Diabetes is associated with chronic low-grade inflammation in the kidney. Both classically and alternately activated macrophages play key roles in diabetic nephropathy by mediating inflammatory processes and anti-inflammatory responses respectively. Physical activity is known to modulate innate immune function, indeed exercise training is reported to reduce low-grade inflammation and improve insulin sensitivity in obese subjects. FNDC5 is a myokine secreted by skeletal muscles during exercise and the cleavage of its extracellular domain yields Irisin. In vitro studies have demonstrated that Irisin exhibits anti-inflammatory properties in adipose tissues and RAW 264.7 cells. The purpose of our study was to investigate the effect of exercise induced FNDC5/Irisin on inflammation and damage of aged kidney in type I diabetes. C57BL/6-Ins2Akita/J (Type 1 diabetes, Akita) and C57BL/6J (Wild type, WT) mice aged 54 - 56 weeks underwent 16-week exercise training of 280 m run on treadmill at speed of 7m/min. for 5 days/week for 2 weeks and increased to 12 m/min. for the remaining 14 weeks. FNDC5/Irisin was upregulated in the kidneys of WT and Akita exercise groups but to a greater magnitude in the WT. Sedentary Akita mice kidneys showed increased macrophage recruitment and M1 macrophages (CCL2, CXCL2, and CD86+/CD40+ cells) and inflammatory cytokine production. In contrast, Akita mice undergoing exercise training increased anti-inflammatory profile and M2 phenotype polarization (CD206+ cells).
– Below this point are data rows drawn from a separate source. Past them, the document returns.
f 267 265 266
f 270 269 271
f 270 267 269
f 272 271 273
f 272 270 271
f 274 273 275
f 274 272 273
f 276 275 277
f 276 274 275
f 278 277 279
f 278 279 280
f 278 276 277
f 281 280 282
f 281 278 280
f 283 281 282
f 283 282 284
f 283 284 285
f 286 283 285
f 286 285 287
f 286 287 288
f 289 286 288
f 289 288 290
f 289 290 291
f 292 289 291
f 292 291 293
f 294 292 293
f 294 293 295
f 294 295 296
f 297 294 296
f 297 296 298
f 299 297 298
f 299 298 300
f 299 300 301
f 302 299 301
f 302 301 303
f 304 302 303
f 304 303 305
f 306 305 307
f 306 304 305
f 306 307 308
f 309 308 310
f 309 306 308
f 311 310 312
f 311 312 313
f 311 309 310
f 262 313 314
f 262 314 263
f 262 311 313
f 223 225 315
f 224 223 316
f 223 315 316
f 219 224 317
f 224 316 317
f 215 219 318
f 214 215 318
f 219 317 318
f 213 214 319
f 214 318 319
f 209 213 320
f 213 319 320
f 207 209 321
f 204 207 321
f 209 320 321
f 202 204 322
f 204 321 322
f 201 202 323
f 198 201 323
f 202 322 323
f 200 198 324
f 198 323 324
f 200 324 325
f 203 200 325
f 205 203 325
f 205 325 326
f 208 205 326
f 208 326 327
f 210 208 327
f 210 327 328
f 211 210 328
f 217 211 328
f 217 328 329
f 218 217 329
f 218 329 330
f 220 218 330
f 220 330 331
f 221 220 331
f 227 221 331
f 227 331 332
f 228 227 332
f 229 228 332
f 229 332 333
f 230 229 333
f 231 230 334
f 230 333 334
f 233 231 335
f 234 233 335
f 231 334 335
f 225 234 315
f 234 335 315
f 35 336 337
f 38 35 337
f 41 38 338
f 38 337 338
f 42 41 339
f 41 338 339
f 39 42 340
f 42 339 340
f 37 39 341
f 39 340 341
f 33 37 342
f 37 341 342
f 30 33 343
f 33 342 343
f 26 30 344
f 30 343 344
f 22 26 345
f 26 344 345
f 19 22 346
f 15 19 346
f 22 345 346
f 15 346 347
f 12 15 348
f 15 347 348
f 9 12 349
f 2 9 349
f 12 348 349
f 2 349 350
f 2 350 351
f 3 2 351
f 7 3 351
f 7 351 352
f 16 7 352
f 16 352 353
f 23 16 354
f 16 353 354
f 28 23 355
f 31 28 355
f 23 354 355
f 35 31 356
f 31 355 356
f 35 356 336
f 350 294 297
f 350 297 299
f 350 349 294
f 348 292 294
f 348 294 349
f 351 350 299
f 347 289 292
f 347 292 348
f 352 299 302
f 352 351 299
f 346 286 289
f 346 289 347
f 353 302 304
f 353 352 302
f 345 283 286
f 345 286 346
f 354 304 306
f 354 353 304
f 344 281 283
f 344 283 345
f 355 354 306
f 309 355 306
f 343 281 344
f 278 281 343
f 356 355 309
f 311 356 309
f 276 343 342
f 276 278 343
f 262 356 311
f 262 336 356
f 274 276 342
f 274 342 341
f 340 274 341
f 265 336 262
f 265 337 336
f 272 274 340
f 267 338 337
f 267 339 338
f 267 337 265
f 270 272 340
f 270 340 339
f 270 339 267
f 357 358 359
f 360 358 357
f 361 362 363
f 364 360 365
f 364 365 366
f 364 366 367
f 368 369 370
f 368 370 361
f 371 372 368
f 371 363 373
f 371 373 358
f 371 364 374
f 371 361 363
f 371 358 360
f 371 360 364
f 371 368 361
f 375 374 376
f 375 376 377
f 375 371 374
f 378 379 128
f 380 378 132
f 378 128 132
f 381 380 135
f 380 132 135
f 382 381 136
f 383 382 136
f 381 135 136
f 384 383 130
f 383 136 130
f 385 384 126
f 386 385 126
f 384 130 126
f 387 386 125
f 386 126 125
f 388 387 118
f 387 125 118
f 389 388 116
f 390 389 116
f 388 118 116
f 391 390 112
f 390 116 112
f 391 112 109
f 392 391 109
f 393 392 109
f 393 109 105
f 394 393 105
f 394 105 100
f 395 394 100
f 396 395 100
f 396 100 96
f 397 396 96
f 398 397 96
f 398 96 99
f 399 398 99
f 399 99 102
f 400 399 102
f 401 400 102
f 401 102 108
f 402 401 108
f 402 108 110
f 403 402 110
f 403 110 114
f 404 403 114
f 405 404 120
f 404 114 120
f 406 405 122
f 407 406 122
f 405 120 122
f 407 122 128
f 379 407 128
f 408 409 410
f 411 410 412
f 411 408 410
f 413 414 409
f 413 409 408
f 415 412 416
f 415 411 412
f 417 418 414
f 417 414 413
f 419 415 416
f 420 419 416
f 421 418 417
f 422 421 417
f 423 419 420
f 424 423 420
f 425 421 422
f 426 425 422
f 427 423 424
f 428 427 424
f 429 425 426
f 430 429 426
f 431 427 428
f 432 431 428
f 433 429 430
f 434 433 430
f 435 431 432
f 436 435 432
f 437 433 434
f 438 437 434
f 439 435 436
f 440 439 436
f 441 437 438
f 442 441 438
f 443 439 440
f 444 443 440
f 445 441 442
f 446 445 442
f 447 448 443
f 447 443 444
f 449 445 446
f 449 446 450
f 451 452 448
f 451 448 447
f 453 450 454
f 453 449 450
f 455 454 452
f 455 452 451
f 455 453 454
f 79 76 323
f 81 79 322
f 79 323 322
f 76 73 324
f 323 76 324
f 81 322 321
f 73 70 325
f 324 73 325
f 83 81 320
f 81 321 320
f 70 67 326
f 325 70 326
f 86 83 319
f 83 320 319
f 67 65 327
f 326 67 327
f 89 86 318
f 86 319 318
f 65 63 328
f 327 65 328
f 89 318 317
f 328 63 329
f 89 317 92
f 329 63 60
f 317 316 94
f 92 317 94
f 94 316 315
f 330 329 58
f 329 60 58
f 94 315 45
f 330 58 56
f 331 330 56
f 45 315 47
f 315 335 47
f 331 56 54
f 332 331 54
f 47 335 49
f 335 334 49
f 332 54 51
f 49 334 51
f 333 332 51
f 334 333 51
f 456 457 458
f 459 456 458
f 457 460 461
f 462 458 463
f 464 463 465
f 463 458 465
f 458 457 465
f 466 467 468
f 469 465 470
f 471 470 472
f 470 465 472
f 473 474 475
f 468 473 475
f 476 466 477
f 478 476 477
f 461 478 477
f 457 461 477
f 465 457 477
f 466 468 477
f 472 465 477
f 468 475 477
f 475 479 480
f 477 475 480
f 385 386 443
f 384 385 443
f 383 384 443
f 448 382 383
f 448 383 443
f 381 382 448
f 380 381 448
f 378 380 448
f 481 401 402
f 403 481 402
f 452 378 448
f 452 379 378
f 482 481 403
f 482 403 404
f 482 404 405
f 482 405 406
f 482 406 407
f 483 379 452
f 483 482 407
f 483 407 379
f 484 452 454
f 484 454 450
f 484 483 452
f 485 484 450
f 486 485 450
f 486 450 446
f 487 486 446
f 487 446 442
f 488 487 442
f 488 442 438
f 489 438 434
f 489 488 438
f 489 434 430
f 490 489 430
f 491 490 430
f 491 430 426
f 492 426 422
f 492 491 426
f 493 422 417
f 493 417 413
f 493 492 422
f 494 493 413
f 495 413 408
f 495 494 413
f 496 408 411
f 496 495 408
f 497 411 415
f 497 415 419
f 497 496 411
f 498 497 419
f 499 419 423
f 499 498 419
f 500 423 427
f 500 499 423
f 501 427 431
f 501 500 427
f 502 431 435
Exercise induced changes were associated with robust activation of AMPK and MAPK signaling in Akita mice. In comparison to sedentary group, exercise training reduced renal resistive index, improved cortical blood flow and glomerular filtration rate in WT and Akita mice. Taken together, our results suggest that exercise training and Irisin secretion protects the aged kidney from type 1 diabetes induced damage by reducing macrophage-mediated inflammation.